Coughs, colds and flu: What to say and do if you fall sick in Sweden

It’s not pleasant but as the temperatures fall many people will be falling victim to traditional winter illnesses, from a slight cold to a nasty dose of the flu. So if you are feeling poorly, here’s the Swedish words you need to get help.

En förkylning – a cold. You can also use the adjective if you want to say you feel like you have a cold: jag är förkyld. 

If you have a basic winter cold there are lots of treatments available without prescription in the pharmacy. They include näsdroppar (nose drops) or nässprej (nose spray) if you’ve got a blocked nose, and halstabletter (throat tablets) or halssprej (throat spray) if you’ve got a sore throat. 

Hosta – a cough. If you have one of these you may want some hostmedicin (cough medicine), which you can get from a pharmacy, although Sweden’s 1177 healthcare information website states that it’s just as effective to drink a lot of water. Unlike in English, you don’t use the article when saying you have a cough. Instead, you say jag har hosta (literally: I have cough).

Bear in mind that Swedish pharmacists do extensive medical training so are able to provide consultations and advice on a range of minor illnesses.

If you’re buying cough medicine you will probably be asked if your cough is torr (dry) slemmig (wet or productive cough) allvarlig (severe) or kronisk (long-lasting).

En feber – A fever. If your illness is a little more severe and you are running a temperature this is the word you want. Again, your pharmacist can give you over-the-counter medication for this, and will advise you to consult a doctor if they consider it more severe.

Panodil – this is the most common brand-name for Paracetamol in Sweden and can be bought without prescription from all pharmacies if you need a painkiller or something to help a fever. It’s so ubiquitous that people generally refer to simply ‘Panodil’ rather than paracetamol. 

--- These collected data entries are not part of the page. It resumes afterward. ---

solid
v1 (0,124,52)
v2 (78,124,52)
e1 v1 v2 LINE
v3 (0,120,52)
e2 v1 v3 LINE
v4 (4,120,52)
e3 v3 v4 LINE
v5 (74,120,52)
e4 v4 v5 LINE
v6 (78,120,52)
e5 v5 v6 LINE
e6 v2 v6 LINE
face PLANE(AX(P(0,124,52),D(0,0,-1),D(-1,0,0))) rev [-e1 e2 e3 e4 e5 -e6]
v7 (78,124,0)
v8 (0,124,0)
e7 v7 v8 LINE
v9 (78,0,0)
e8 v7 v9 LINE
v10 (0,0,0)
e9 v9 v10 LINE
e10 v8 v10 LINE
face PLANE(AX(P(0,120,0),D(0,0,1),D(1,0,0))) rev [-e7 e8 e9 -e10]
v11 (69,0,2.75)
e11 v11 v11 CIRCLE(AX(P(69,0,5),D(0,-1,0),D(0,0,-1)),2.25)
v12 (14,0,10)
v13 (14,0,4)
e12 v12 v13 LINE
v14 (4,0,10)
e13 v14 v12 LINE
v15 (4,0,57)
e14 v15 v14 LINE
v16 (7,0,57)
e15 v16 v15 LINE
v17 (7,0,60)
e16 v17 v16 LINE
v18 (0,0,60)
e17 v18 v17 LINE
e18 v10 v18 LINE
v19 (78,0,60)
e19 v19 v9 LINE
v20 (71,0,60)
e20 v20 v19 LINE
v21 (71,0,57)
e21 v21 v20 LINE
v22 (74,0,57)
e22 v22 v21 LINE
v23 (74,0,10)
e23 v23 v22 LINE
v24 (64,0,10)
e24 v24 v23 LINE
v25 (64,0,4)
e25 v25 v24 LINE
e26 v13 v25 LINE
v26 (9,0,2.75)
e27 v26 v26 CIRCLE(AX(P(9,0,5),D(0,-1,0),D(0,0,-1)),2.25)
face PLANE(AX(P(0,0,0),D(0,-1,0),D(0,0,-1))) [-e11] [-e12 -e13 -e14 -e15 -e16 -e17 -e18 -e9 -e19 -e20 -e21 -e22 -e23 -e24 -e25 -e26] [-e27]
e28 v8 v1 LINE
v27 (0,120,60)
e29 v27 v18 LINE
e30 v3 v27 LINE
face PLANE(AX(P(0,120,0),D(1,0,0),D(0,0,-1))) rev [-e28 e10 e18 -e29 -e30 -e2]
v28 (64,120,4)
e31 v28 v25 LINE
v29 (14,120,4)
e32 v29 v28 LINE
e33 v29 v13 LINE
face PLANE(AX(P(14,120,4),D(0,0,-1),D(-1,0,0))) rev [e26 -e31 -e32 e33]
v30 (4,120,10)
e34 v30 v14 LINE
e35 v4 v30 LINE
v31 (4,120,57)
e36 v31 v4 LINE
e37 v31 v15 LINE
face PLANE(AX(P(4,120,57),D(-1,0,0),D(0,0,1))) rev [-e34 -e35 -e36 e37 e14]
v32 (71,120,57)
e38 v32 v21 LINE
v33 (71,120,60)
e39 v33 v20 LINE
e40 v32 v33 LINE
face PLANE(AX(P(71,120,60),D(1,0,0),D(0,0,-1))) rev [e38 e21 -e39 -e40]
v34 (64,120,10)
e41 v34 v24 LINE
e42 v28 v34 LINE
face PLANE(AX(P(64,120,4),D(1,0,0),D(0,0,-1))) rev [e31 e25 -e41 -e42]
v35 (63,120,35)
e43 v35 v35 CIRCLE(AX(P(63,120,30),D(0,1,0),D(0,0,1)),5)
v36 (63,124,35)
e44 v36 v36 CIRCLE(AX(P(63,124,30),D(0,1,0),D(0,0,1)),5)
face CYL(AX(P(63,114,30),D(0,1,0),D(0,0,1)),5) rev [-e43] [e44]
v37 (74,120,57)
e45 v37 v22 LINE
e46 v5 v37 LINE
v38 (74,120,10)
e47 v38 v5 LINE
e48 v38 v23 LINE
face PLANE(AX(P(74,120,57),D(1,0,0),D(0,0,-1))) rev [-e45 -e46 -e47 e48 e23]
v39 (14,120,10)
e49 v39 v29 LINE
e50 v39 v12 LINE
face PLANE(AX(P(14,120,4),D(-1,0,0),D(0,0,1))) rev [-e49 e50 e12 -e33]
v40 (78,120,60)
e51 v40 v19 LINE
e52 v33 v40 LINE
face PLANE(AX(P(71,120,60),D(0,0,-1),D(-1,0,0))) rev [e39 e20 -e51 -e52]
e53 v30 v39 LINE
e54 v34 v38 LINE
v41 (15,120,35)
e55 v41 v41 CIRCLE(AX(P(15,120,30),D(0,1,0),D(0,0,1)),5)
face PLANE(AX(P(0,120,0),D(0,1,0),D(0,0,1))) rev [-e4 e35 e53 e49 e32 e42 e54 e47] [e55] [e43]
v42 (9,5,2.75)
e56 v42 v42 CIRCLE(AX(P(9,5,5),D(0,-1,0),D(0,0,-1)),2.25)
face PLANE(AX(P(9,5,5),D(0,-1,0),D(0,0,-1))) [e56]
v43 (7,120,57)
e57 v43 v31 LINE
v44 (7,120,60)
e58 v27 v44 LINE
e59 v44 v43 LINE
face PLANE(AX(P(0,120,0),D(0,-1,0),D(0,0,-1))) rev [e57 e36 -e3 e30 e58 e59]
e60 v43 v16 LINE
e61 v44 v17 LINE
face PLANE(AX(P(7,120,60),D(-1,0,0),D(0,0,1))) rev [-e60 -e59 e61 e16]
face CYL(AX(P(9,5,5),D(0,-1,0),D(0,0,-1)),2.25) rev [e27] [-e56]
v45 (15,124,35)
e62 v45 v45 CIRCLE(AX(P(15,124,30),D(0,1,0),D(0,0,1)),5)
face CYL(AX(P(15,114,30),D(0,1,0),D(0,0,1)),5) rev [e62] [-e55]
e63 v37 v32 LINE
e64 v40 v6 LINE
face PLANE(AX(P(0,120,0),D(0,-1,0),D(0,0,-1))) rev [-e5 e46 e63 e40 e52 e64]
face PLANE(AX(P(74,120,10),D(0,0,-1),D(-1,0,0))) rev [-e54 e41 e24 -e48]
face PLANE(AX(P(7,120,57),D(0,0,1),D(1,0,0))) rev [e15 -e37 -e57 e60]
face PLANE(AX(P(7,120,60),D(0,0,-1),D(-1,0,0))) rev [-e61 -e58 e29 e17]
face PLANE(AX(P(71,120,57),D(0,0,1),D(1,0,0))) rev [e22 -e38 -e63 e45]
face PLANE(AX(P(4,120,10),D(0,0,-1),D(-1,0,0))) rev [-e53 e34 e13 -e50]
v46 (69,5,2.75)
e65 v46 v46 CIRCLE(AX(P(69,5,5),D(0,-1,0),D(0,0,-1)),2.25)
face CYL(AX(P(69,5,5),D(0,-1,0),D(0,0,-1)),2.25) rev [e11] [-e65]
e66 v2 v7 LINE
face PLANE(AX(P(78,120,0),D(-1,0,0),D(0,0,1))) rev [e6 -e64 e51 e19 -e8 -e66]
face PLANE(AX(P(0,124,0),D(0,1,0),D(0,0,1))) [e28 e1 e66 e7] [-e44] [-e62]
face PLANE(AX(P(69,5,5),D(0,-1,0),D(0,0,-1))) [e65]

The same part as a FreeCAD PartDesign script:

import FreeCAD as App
import Part
import Sketcher
from FreeCAD import Vector
Q = App.Units.Quantity


def add_polygon(sketch, points):
    """Adds a closed chain of lines whose ends are joined by coincident constraints."""
    first, n = sketch.GeometryCount, len(points)
    for a, b in zip(points, points[1:] + points[:1]):
        sketch.addGeometry(Part.LineSegment(App.Vector(*a, 0), App.Vector(*b, 0)), False)
    for i in range(n):
        sketch.addConstraint(Sketcher.Constraint("Coincident", first + i, 2, first + (i + 1) % n, 1))

doc = App.newDocument("Part")
body = doc.addObject("PartDesign::Body", "Body")

# Sketch on XZ plane
sketch1 = body.newObject("Sketcher::SketchObject", "Sketch")
sketch1.AttachmentSupport = (doc.getObject("XZ_Plane"), [""])
sketch1.MapMode = "FlatFace"
add_polygon(sketch1, [(71, 60), (78, 60), (78, 0), (0, 0), (0, 60), (7, 60), (7, 57), (4, 57), (4, 10), (14, 10), (14, 4), (64, 4), (64, 10), (74, 10), (74, 57), (71, 57)])  # lines 0-15
sketch1.addConstraint(Sketcher.Constraint("Horizontal", 0))
sketch1.addConstraint(Sketcher.Constraint("Vertical", 1))
sketch1.addConstraint(Sketcher.Constraint("Horizontal", 2))
sketch1.addConstraint(Sketcher.Constraint("Vertical", 3))
sketch1.addConstraint(Sketcher.Constraint("Horizontal", 4))
sketch1.addConstraint(Sketcher.Constraint("Vertical", 5))
sketch1.addConstraint(Sketcher.Constraint("Horizontal", 6))
sketch1.addConstraint(Sketcher.Constraint("Vertical", 7))
sketch1.addConstraint(Sketcher.Constraint("Horizontal", 8))
sketch1.addConstraint(Sketcher.Constraint("Vertical", 9))
sketch1.addConstraint(Sketcher.Constraint("Horizontal", 10))
sketch1.addConstraint(Sketcher.Constraint("Vertical", 11))
sketch1.addConstraint(Sketcher.Constraint("Horizontal", 12))
sketch1.addConstraint(Sketcher.Constraint("Vertical", 13))
sketch1.addConstraint(Sketcher.Constraint("Horizontal", 14))
sketch1.addConstraint(Sketcher.Constraint("Vertical", 15))
sketch1.addConstraint(Sketcher.Constraint("Coincident", 2, 2, -1, 1))
sketch1.addConstraint(Sketcher.Constraint("Horizontal", 0, 2, 3, 2))
sketch1.addConstraint(Sketcher.Constraint("Horizontal", 8, 2, 11, 2))
sketch1.addConstraint(Sketcher.Constraint("Horizontal", 6, 2, 13, 2))
sketch1.addConstraint(Sketcher.Constraint("Equal", 0, 4))
sketch1.addConstraint(Sketcher.Constraint("Equal", 8, 12))
sketch1.addConstraint(Sketcher.Constraint("Equal", 6, 14))
sketch1.addConstraint(Sketcher.Constraint("Equal", 14, 5))
sketch1.addConstraint(Sketcher.Constraint("DistanceX", 0, 1, 0, 2, Q("7 mm")))
sketch1.addConstraint(Sketcher.Constraint("DistanceX", 2, 2, 2, 1, Q("78 mm")))
sketch1.addConstraint(Sketcher.Constraint("DistanceX", 6, 2, 6, 1, Q("3 mm")))
sketch1.addConstraint(Sketcher.Constraint("DistanceX", 8, 1, 8, 2, Q("10 mm")))
sketch1.addConstraint(Sketcher.Constraint("DistanceY", 1, 2, 1, 1, Q("60 mm")))
sketch1.addConstraint(Sketcher.Constraint("DistanceY", 7, 2, 7, 1, Q("47 mm")))
sketch1.addConstraint(Sketcher.Constraint("DistanceY", 9, 2, 9, 1, Q("6 mm")))
pad1 = body.newObject("PartDesign::Pad", "Pad")
pad1.Profile = sketch1
pad1.Length = 120
pad1.Reversed = True

# Sketch on XZ plane
sketch2 = body.newObject("Sketcher::SketchObject", "Sketch001")
sketch2.AttachmentSupport = (doc.getObject("XZ_Plane"), [""])
sketch2.MapMode = "FlatFace"
sketch2.addGeometry(Part.Circle(Vector(69, 5, 0), Vector(0, 0, 1), 2.25), False)
sketch2.addGeometry(Part.Circle(Vector(9, 5, 0), Vector(0, 0, 1), 2.25), False)
sketch2.addConstraint(Sketcher.Constraint("Equal", 0, 1))
sketch2.addConstraint(Sketcher.Constraint("Horizontal", 0, 3, 1, 3))
sketch2.addConstraint(Sketcher.Constraint("Diameter", 0, Q("4.5 mm")))
sketch2.addConstraint(Sketcher.Constraint("DistanceX", -1, 1, 0, 3, Q("69 mm")))
sketch2.addConstraint(Sketcher.Constraint("DistanceY", -1, 1, 0, 3, Q("5 mm")))
sketch2.addConstraint(Sketcher.Constraint("DistanceX", -1, 1, 1, 3, Q("9 mm")))
pocket1 = body.newObject("PartDesign::Pocket", "Pocket")
pocket1.Profile = sketch2
pocket1.Length = 5

# Sketch on XZ plane
sketch3 = body.newObject("Sketcher::SketchObject", "Sketch002")
sketch3.AttachmentSupport = (doc.getObject("XZ_Plane"), [""])
sketch3.MapMode = "FlatFace"
sketch3.AttachmentOffset = App.Placement(Vector(0, 0, -120), App.Rotation())
add_polygon(sketch3, [(0, 0), (0, 52), (78, 52), (78, 0)])  # lines 0-3
sketch3.addConstraint(Sketcher.Constraint("Vertical", 0))
sketch3.addConstraint(Sketcher.Constraint("Horizontal", 1))
sketch3.addConstraint(Sketcher.Constraint("Vertical", 2))
sketch3.addConstraint(Sketcher.Constraint("Horizontal", 3))
sketch3.addConstraint(Sketcher.Constraint("Coincident", 3, 2, -1, 1))
sketch3.addConstraint(Sketcher.Constraint("DistanceX", 1, 1, 1, 2, Q("78 mm")))
sketch3.addConstraint(Sketcher.Constraint("DistanceY", 0, 1, 0, 2, Q("52 mm")))
pad2 = body.newObject("PartDesign::Pad", "Pad001")
pad2.Profile = sketch3
pad2.Length = 4
pad2.Reversed = True

# Sketch on XZ plane
sketch4 = body.newObject("Sketcher::SketchObject", "Sketch003")
sketch4.AttachmentSupport = (doc.getObject("XZ_Plane"), [""])
sketch4.MapMode = "FlatFace"
sketch4.AttachmentOffset = App.Placement(Vector(0, 0, -124), App.Rotation())
sketch4.addGeometry(Part.Circle(Vector(15, 30, 0), Vector(0, 0, 1), 5), False)
sketch4.addGeometry(Part.Circle(Vector(63, 30, 0), Vector(0, 0, 1), 5), False)
sketch4.addConstraint(Sketcher.Constraint("Equal", 0, 1))
sketch4.addConstraint(Sketcher.Constraint("Horizontal", 0, 3, 1, 3))
sketch4.addConstraint(Sketcher.Constraint("Diameter", 0, Q("10 mm")))
sketch4.addConstraint(Sketcher.Constraint("DistanceX", -1, 1, 0, 3, Q("15 mm")))
sketch4.addConstraint(Sketcher.Constraint("DistanceY", -1, 1, 0, 3, Q("30 mm")))
sketch4.addConstraint(Sketcher.Constraint("DistanceX", -1, 1, 1, 3, Q("63 mm")))
pocket2 = body.newObject("PartDesign::Pocket", "Pocket001")
pocket2.Profile = sketch4
pocket2.Length = 10
pocket2.Reversed = True

doc.recompute()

Influensa – The flu. Flu season affects thousands of people every year in Sweden and if you’re in an at-risk group it’s a good idea to get your flu vaccine (full details of how to access it here).

Vårdcentral – literally, your “health centre”, this is where you go to to speak to a läkare (doctor), the Swedish equivalent to a family doctor or GP, one that covers all types of medicine and doesn’t specialise.

Symtomen – The symptoms. If you visit the doctor they will probably ask your symptoms and these might include svullna halsmandlar (swollen tonsils), hosta (coughing) or jag har svårt att andas (I have difficulty breathing/swallowing). If you want to say that something hurts, you say jag har ont i [insert body part here]”. 

Ett recept– A prescription. The doctor hands these out then you go to the pharmacy to collect the medicine.

One very important question you might be asked is har du något läkemedelsallergi? – Are you allergic to any medications?